# Can anyone identify this Omega nato strap?



## Steve D UK (Sep 28, 2016)

I'm looking for one of these nato straps but all I can see on the Omega site is a black and grey one. The one in the picture looks blue and black unless my eyes are playing tricks on me. Does anyone have a part number for the strap in the picture?


----------



## ry ry (Nov 25, 2018)

Looks grey to me tbh. Unless anybody knows

I'll see about checking the colour balance of the non-grey/blue bits in Photoshop when I get to the office to see if the hues have been mucked about with. (Full disclosure, I might completely forget)

*unless anybody knows *better*. I accidentally a word.


----------



## Steve D UK (Sep 28, 2016)

Thanks but I'd since found out it wasn't a genuine Omega one. I found out they did a blue and grey one so I got that instead.

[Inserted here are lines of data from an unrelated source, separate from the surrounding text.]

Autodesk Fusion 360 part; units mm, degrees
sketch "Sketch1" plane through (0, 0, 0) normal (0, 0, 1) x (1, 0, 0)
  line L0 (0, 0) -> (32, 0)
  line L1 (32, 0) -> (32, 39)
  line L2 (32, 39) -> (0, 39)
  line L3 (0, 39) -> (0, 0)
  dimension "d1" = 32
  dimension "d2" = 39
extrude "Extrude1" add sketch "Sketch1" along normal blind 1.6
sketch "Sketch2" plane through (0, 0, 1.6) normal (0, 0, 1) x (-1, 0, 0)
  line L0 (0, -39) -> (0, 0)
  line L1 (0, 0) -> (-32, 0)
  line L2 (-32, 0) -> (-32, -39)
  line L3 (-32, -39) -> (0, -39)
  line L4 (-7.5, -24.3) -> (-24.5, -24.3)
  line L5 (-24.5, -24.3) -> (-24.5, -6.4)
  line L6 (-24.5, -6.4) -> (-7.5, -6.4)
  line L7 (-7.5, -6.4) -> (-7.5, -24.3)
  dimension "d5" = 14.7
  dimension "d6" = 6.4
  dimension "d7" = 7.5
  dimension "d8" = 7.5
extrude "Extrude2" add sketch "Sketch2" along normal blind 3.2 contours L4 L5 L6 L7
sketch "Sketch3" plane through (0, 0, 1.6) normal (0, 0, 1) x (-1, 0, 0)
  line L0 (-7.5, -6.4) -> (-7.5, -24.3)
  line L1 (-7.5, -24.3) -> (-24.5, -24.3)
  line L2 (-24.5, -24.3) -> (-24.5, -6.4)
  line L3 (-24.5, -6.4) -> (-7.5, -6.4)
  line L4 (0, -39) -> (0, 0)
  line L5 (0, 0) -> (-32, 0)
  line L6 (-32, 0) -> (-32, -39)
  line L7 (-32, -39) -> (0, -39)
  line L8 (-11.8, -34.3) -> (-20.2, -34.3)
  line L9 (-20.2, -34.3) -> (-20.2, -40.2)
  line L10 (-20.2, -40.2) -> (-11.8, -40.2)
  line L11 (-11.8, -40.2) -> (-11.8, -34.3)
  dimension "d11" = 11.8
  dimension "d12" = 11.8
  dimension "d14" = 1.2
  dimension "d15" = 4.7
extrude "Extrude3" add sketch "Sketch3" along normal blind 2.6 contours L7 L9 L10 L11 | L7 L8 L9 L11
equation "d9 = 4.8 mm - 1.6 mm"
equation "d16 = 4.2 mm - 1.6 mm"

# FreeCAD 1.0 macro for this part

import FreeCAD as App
import Part
import Sketcher

V = App.Vector


def add_polygon(sketch, points):
    """Adds a closed chain of lines whose ends are joined by coincident constraints."""
    first, n = sketch.GeometryCount, len(points)
    for a, b in zip(points, points[1:] + points[:1]):
        sketch.addGeometry(Part.LineSegment(App.Vector(*a, 0), App.Vector(*b, 0)), False)
    for i in range(n):
        sketch.addConstraint(Sketcher.Constraint("Coincident", first + i, 2, first + (i + 1) % n, 1))

doc = App.newDocument("Part")
body = doc.addObject("PartDesign::Body", "Body")

# Sketch on XY plane
sketch1 = doc.addObject("Sketcher::SketchObject", "Sketch")
body.addObject(sketch1)
sketch1.AttachmentSupport = (doc.XY_Plane, [""])
sketch1.MapMode = "FlatFace"
add_polygon(sketch1, [(0, 39), (0, 0), (32, 0), (32, 39)])  # lines 0-3
sketch1.addConstraint([
    Sketcher.Constraint("Vertical", 0),
    Sketcher.Constraint("Horizontal", 1),
    Sketcher.Constraint("Vertical", 2),
    Sketcher.Constraint("Horizontal", 3),
    Sketcher.Constraint("Coincident", 0, 2, -1, 1),
    Sketcher.Constraint("DistanceX", 1, 1, 1, 2, 32.0),
    Sketcher.Constraint("DistanceY", 0, 2, 0, 1, 39.0),
])
pad1 = doc.addObject("PartDesign::Pad", "Pad")
body.addObject(pad1)
pad1.Profile = sketch1
pad1.Length = 1.6

# Sketch on XY plane
sketch2 = doc.addObject("Sketcher::SketchObject", "Sketch001")
body.addObject(sketch2)
sketch2.AttachmentSupport = (doc.XY_Plane, [""])
sketch2.MapMode = "FlatFace"
sketch2.AttachmentOffset = App.Placement(V(0, 0, 1.6), App.Rotation())
add_polygon(sketch2, [(24, 24), (8, 24), (8, 6), (24, 6)])  # lines 0-3
sketch2.addConstraint([
    Sketcher.Constraint("Horizontal", 0),
    Sketcher.Constraint("Vertical", 1),
    Sketcher.Constraint("Horizontal", 2),
    Sketcher.Constraint("Vertical", 3),
    Sketcher.Constraint("DistanceX", -1, 1, 0, 2, 7.5),
    Sketcher.Constraint("DistanceY", -1, 1, 1, 2, 6.4),
    Sketcher.Constraint("DistanceX", 0, 2, 0, 1, 17.0),
    Sketcher.Constraint("DistanceY", 1, 2, 1, 1, 17.9),
])
pad2 = doc.addObject("PartDesign::Pad", "Pad001")
body.addObject(pad2)
pad2.Profile = sketch2
pad2.Length = 3.2

# Sketch on XY plane
sketch3 = doc.addObject("Sketcher::SketchObject", "Sketch002")
body.addObject(sketch3)
sketch3.AttachmentSupport = (doc.XY_Plane, [""])
sketch3.MapMode = "FlatFace"
sketch3.AttachmentOffset = App.Placement(V(0, 0, 1.6), App.Rotation())
add_polygon(sketch3, [(12, 40), (12, 34), (20, 34), (20, 40)])  # lines 0-3
sketch3.addConstraint([
    Sketcher.Constraint("Vertical", 0),
    Sketcher.Constraint("Horizontal", 1),
    Sketcher.Constraint("Vertical", 2),
    Sketcher.Constraint("Horizontal", 3),
    Sketcher.Constraint("DistanceX", -1, 1, 0, 2, 11.8),
    Sketcher.Constraint("DistanceX", 1, 1, 1, 2, 8.4),
    Sketcher.Constraint("DistanceY", 0, 2, 0, 1, 5.9),
    Sketcher.Constraint("DistanceY", -1, 1, 0, 2, 34.3),
])
pad3 = doc.addObject("PartDesign::Pad", "Pad002")
body.addObject(pad3)
pad3.Profile = sketch3
pad3.Length = 2.6

doc.recompute()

https://www.thewatchforum.co.uk/index.php?/topic/122826-incoming-oe-nato-for-my-smpc-300m/&tab=comments#comment-1332192


----------



## ry ry (Nov 25, 2018)

Ace glad you got it sorted. The blue/grey is a good combo too.


----------



## it'salivejim (Jan 19, 2013)

watchnut100 said:


> Lovely watch


 A classic variation on the 'Nice watch' post :thumbsup:


----------